Boxes and boxes of photos .
Like old soldiers, they never die, they just fade away.
But there's a difference - when the soldiers fade away, there's an obituary for them with name, age, date of birth, and other historical stuff.
Unlike the soldiers, those boxes and boxes of fading photos do not in most cases have any identification. My archives contain hundreds of photos, many unidentified, much to my regret, because now I haven't the foggiest notion of what or who I see in these pictures.
Right about now when Yarntangler hears me saying to Lady B "put Carter's name and the date on the back of that picture so next year we'll know who we are looking at," I cringe when a pair of scornful eyes cast in my direction remind me that 18 years of ago, BB and Yarntangler sat in the barn and pored over rafts of unidentified pictures.
"Oh, look, here's a picture that looks something like Mom so it must be her mother," says BB, and then Yarntangler exclaims "this must be the one Dad calls Uncle Eddie, so let's put this one in the Reilly family box." The lady who looked like "Mom''s mother" went into the Ducharme box.
Now these two youngsters, daughters of mine, were trying to identify pictures from maybe 75-80 years ago before they were even in swaddling clothes, little ones now expected to magically know these pictured people.
Just as a reputation- saving piece of information;
I DID identify the gentleman shown here in the army uniform. That's Grampa Reilly, posing in the 1917 fashion supplied to all the guys who joined the elite force known as Uncle Sam's Army for World War I - "the war to end all wars". The suit belonged to Buck, his son.
There are still hordes of identity-less photos in those numerous boxes but thanks to the two girls they are now in envelopes of "might be" families.
Besides family pictures, there's a lot of scenes, photos of old cars, vacation trip sites, snowstorms and even automobile accidents and . . .

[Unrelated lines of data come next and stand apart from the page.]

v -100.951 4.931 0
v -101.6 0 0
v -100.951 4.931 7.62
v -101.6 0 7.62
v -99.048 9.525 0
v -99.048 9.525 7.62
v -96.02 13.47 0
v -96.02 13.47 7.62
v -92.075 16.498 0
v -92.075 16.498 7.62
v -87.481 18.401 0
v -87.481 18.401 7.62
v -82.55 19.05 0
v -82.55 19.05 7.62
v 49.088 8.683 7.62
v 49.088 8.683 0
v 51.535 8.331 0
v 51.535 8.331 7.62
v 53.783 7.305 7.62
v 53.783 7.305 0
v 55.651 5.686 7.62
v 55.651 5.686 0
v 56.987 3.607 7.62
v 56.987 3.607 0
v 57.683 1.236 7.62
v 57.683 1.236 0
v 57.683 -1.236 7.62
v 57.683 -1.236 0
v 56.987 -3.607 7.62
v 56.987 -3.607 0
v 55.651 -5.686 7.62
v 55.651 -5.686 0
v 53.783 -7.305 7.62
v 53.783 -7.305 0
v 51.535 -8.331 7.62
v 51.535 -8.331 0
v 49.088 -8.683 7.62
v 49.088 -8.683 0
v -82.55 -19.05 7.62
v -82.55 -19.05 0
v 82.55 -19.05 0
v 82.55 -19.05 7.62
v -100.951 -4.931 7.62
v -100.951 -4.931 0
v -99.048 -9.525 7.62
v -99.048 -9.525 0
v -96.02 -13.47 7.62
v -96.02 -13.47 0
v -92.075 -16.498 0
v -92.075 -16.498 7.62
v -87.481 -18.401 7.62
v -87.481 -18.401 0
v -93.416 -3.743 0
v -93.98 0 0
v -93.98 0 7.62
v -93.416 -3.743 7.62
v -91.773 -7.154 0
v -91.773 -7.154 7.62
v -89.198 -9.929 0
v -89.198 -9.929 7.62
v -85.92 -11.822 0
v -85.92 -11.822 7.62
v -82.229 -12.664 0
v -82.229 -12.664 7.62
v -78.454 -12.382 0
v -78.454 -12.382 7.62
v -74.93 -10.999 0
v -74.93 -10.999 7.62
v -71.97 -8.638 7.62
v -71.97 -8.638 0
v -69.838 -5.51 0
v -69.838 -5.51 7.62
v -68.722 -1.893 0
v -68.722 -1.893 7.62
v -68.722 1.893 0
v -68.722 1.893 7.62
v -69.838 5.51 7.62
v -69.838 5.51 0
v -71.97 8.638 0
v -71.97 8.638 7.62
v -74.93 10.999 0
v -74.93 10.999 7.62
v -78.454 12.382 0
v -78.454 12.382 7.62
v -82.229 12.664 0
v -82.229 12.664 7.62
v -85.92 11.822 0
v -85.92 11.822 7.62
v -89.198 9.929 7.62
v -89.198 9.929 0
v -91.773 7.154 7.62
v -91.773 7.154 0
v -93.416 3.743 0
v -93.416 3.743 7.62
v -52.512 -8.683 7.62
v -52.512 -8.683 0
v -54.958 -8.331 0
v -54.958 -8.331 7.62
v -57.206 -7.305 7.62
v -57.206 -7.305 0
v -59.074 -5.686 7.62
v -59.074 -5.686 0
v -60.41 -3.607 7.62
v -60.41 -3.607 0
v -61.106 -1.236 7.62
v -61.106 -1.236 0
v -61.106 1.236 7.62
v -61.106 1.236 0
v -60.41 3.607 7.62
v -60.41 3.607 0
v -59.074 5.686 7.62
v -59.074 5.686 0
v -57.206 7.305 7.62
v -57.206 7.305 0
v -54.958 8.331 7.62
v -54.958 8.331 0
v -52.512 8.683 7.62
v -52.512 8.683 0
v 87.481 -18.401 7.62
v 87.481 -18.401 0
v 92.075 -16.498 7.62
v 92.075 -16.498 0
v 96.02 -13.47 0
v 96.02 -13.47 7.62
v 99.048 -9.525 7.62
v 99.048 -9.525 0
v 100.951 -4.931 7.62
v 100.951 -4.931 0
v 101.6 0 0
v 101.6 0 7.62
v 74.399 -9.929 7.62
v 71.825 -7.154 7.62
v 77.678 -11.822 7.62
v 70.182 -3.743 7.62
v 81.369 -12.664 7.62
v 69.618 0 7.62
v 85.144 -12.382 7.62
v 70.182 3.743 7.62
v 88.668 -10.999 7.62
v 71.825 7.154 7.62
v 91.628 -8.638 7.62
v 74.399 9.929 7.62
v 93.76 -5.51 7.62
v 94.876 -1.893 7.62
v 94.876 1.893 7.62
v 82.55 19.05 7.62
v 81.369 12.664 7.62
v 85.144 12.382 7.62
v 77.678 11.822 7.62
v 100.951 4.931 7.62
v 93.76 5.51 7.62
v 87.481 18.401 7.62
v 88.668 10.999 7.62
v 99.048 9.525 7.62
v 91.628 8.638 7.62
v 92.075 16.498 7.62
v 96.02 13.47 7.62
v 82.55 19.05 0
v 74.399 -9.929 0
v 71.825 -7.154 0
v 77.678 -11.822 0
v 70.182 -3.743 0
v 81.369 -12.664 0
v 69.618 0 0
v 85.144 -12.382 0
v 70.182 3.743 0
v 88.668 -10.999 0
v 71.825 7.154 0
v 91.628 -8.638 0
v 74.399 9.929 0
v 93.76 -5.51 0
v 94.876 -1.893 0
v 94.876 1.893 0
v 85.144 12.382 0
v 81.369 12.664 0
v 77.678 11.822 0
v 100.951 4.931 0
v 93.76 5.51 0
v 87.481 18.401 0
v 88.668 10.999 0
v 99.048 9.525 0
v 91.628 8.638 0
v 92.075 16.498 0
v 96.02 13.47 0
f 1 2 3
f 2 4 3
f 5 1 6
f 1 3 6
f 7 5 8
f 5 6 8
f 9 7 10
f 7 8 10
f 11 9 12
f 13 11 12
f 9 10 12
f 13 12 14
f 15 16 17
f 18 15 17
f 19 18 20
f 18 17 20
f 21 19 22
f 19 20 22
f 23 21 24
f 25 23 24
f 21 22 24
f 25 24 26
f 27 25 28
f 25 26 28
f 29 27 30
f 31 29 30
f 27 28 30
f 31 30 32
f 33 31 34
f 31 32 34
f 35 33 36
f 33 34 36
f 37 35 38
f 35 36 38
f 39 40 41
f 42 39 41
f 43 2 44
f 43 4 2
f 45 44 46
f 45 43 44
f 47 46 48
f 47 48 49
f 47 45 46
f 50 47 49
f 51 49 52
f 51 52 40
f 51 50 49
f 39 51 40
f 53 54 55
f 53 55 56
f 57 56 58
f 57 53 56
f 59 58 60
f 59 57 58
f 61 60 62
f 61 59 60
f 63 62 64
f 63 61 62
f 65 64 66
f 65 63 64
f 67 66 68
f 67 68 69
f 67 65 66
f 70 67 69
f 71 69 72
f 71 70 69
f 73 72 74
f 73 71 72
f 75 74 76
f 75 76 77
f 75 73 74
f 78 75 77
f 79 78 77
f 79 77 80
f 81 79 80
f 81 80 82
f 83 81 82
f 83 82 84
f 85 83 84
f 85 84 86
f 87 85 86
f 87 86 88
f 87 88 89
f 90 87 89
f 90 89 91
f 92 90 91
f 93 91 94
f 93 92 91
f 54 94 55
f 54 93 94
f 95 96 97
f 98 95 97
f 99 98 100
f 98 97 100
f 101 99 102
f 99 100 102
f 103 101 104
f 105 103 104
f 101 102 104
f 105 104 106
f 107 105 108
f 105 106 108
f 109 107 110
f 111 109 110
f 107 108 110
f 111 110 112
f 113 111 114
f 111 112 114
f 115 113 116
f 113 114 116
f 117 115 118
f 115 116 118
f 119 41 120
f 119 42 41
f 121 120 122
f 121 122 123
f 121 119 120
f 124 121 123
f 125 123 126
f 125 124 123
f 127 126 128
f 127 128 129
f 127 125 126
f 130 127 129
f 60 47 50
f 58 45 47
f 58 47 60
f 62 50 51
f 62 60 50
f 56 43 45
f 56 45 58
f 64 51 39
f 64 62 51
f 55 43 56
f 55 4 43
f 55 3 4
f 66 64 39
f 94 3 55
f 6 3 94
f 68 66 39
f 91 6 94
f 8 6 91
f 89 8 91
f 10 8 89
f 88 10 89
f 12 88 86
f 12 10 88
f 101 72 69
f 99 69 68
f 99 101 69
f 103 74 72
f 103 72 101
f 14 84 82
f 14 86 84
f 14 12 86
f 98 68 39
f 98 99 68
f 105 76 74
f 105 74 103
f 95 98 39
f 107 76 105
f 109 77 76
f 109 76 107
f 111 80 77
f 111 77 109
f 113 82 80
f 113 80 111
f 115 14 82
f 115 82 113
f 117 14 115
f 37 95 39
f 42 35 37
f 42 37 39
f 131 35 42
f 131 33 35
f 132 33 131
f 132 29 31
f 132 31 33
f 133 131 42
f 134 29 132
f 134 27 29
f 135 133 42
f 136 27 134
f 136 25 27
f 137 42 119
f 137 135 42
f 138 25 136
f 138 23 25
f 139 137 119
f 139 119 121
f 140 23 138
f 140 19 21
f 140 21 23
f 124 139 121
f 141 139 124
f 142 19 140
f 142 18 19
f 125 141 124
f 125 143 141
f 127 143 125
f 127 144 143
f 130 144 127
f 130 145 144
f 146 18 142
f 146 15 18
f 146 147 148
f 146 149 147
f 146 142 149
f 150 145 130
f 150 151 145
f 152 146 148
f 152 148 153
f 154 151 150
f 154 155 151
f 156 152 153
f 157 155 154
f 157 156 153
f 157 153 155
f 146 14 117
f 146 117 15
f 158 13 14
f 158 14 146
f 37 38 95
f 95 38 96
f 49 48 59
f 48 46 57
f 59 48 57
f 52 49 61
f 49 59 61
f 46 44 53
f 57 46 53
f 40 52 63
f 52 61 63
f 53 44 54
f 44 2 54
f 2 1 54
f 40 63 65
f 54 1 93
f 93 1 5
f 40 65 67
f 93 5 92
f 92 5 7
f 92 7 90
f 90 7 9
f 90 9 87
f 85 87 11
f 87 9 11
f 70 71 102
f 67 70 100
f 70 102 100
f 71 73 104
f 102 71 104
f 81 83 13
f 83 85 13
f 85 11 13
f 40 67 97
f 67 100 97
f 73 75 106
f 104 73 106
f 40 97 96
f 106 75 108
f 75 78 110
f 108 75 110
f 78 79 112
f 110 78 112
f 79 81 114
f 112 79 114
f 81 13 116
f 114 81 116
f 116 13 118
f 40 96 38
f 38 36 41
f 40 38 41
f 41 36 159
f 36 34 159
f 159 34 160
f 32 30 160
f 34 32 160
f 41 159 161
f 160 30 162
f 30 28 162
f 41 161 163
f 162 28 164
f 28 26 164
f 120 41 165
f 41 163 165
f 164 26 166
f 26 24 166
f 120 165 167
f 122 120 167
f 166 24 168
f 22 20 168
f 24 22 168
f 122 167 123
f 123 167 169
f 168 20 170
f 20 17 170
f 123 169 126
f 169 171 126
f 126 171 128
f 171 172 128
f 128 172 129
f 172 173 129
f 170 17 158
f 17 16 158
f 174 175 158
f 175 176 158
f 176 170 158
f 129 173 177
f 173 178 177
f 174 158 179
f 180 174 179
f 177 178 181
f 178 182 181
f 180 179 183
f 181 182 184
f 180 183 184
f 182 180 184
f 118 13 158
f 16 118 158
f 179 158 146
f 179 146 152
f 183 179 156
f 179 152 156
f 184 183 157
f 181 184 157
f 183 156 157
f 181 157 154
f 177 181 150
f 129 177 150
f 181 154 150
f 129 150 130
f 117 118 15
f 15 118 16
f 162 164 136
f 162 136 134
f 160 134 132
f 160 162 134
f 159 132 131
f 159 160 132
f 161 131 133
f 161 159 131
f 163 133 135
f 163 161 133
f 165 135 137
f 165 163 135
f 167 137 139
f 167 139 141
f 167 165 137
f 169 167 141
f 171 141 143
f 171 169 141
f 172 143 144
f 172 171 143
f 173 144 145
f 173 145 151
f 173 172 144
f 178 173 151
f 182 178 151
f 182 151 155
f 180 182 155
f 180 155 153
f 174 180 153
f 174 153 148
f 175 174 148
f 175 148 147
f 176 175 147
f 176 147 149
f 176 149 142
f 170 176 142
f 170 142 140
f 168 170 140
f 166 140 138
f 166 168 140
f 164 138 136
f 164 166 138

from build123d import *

# Parameters (mm, degrees)
SKETCH1_W           = 203.2
SKETCH1_H           = 38.1
SKETCH1_R           = 12.7
BOSS_EXTRUDE1_DEPTH = 7.62
FILLET1_R           = 19.05


with BuildPart() as part:
    # Sketch1 → Boss-Extrude1 (new body)
    with BuildSketch(Plane.XY):
        Rectangle(SKETCH1_W, SKETCH1_H)
        with Locations(Location((-81.28, 0, 0), (0, 0, 180))):
            Circle(SKETCH1_R, mode=Mode.SUBTRACT)
        with Locations(Location((82.317778023, 0, 0), (0, 0, 180))):
            Circle(SKETCH1_R, mode=Mode.SUBTRACT)
        with BuildLine():
            Line((-52.511607643, 8.682983434), (49.088392357, 8.682983434))
            ThreePointArc((49.088392357, 8.682983434), (57.771375791, 0), (49.088392357, -8.682983434))
            Line((49.088392357, -8.682983434), (-52.511607643, -8.682983434))
            ThreePointArc((-52.511607643, -8.682983434), (-61.194591077, 0), (-52.511607643, 8.682983434))
        make_face(mode=Mode.SUBTRACT)
    extrude(amount=BOSS_EXTRUDE1_DEPTH)

    # Fillet1
    fillet1_edges = [part.edges().sort_by_distance(p)[0] for p in [
        (101.6, -19.05, 3.81),
        (101.6, 19.05, 3.81),
        (-101.6, -19.05, 3.81),
        (-101.6, 19.05, 3.81),
    ]]
    fillet(fillet1_edges, radius=FILLET1_R - 0.0001)  # a hair under: the kernel refuses the full size


solid = part.part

Oh, here's Frank Lincoln; he lived over on Lawrence Street and his wife was Anne. I took his picture . I don't remember why I knew them but it might have been when I sometimes took them grape jelly after my mother and I made it one Summer. Mrs. Lincoln was Mother's friend.
All those old pictures - or at least most - still have no identifications and I feel badly about that because there's a lot of lost history and I am the oldest one who would be able to make better guesses at what they are or who is depicted.
That all brings me to a bit of advice to everybody but especially to myself: Don't let many more days go by without getting out the old photo albums, picking out the photos and checking on the back for identifications. None there? Put some on if you can or find someone else who can help.
Another piece of advice concerns new photos. If you still get prints made, identify them on the back the day you get them. If you only get them on the computer, figure out how to label them.
As I write this I can hear Yarntangler muttering under her breath "yeah, he can tell everybody what to do but let's see the progress of his stuff next time I'm back."
Before I go, I just remembered something else - that baby up top is the mother of all my brood. She's seven months old in that picture.